1920 film by Oscar Micheaux

The Symbol of the Unconquered (also known as The Wilderness Trail) is a 1920 silent "race film" drama produced, written and directed by Oscar Micheaux. Premiering only a few years after The Birth of a Nation, the film was advertised for its negative depiction of the Ku Klux Klan. It is Micheaux's fourth feature-length film and, along with Within Our Gates, is among his early surviving works.

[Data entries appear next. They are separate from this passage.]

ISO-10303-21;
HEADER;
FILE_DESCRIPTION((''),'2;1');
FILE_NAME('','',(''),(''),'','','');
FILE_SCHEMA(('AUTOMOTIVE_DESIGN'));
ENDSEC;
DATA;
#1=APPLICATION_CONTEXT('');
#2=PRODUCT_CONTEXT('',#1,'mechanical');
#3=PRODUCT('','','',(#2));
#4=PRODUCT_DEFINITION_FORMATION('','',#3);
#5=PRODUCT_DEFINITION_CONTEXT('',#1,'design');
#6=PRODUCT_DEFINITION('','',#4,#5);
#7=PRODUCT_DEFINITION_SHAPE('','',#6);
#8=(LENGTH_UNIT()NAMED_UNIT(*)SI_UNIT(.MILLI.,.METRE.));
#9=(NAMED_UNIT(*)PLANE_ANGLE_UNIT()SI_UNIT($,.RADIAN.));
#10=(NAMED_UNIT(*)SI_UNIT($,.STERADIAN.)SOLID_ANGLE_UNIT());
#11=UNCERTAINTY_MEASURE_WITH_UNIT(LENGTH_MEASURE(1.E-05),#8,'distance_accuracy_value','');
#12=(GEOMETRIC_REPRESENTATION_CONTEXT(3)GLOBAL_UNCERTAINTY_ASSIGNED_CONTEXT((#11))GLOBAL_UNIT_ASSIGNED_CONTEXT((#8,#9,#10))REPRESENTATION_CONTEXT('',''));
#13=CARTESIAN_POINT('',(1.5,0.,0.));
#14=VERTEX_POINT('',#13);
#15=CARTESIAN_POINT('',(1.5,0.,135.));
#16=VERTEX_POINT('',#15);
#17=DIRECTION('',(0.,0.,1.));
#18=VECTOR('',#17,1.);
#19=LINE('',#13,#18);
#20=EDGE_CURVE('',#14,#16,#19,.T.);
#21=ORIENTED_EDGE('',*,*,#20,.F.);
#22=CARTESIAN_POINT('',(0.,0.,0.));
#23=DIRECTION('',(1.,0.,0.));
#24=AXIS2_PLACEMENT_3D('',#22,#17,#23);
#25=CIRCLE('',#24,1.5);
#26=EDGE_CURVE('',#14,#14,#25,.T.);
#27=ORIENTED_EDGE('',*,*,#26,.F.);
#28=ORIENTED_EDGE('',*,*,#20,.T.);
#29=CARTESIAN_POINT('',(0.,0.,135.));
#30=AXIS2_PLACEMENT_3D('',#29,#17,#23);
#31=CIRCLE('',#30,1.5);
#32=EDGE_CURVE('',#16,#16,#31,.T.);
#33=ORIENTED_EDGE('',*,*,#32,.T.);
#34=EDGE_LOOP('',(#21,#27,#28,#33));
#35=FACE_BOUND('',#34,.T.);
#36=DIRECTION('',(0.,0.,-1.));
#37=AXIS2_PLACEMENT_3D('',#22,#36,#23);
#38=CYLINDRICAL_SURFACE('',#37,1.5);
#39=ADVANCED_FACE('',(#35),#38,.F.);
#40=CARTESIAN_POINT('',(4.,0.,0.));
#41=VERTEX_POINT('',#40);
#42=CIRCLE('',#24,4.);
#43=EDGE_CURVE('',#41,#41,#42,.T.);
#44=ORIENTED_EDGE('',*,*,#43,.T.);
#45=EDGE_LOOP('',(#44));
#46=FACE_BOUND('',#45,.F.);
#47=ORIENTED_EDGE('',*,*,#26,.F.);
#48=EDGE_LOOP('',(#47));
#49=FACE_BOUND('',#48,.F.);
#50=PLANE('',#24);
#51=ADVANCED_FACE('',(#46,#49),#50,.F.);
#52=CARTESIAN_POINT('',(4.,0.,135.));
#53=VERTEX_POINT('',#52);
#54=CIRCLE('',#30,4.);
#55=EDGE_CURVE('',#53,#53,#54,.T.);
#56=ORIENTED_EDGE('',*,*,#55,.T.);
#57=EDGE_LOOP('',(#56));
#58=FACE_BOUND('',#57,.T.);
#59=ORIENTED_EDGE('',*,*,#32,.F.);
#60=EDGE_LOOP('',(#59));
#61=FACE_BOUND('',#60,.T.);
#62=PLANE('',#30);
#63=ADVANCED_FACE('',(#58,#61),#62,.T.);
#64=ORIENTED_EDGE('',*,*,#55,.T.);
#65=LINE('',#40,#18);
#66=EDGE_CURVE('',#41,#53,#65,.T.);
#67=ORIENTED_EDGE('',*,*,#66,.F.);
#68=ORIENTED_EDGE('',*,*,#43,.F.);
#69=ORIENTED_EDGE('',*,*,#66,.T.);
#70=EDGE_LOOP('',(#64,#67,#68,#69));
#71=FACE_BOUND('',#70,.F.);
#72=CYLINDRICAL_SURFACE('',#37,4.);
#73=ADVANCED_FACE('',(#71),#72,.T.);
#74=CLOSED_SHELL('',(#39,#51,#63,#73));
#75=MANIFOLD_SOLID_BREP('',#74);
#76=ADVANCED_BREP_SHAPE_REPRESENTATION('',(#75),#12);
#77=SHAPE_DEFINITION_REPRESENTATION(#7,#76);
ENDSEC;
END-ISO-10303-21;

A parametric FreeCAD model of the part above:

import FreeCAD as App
import Part
import Sketcher

doc = App.newDocument("Part")
body = doc.addObject("PartDesign::Body", "Body")

# Sketch on XY plane
sketch1 = body.newObject("Sketcher::SketchObject", "Sketch")
sketch1.AttachmentSupport = (doc.getObject("XY_Plane"), [""])
sketch1.MapMode = "FlatFace"
sketch1.addGeometry([
    Part.Circle(App.Vector(0, 0, 0), App.Vector(0, 0, 1), 4),
    Part.Circle(App.Vector(0, 0, 0), App.Vector(0, 0, 1), 1.5),
], False)
sketch1.addConstraint([
    Sketcher.Constraint("Coincident", 0, 3, -1, 1),
    Sketcher.Constraint("Coincident", 1, 3, -1, 1),
    Sketcher.Constraint("Diameter", 0, 8.0),
    Sketcher.Constraint("Diameter", 1, 3.0),
])
pad1 = body.newObject("PartDesign::Pad", "Pad")
pad1.Profile = sketch1
pad1.Length = 135

doc.recompute()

The film is based on the way perceptions of race shape human relationships. It contrasts the behavior of two white-passing characters towards other members of their race. Heroine Eve Mason (Iris Hall) moves to a frontier town and befriends her black neighbors, while the villainous Jefferson Driscoll scorns the company of all other black people, even rejecting his own mother. A romance grows between Eve and young black prospector Hugh Van Allen, but he believes Eve is white and hides his feelings from her. When Driscoll and friends enlist the KKK to run Van Allen off his oil-rich land, Eve saves the day by riding into town for help. Two years later, Van Allen is a successful oil king; Eve delivers a letter revealing her black ancestry, and the two are able to declare their love for each other at last.

The Symbol of the Unconquered was made at Fort Lee, New Jersey, and released by Micheaux on November 29, 1920. A print of the film is extant at the Museum of Modern Art in New York.

==Plot==
Eve Mason is a "white-skinned" African American who inherits a large amount of land after the death of her grandfather Dick Mason, an old prospector. She leaves her hometown of Selma, Alabama for the Northwest to settle in a place called Oristown.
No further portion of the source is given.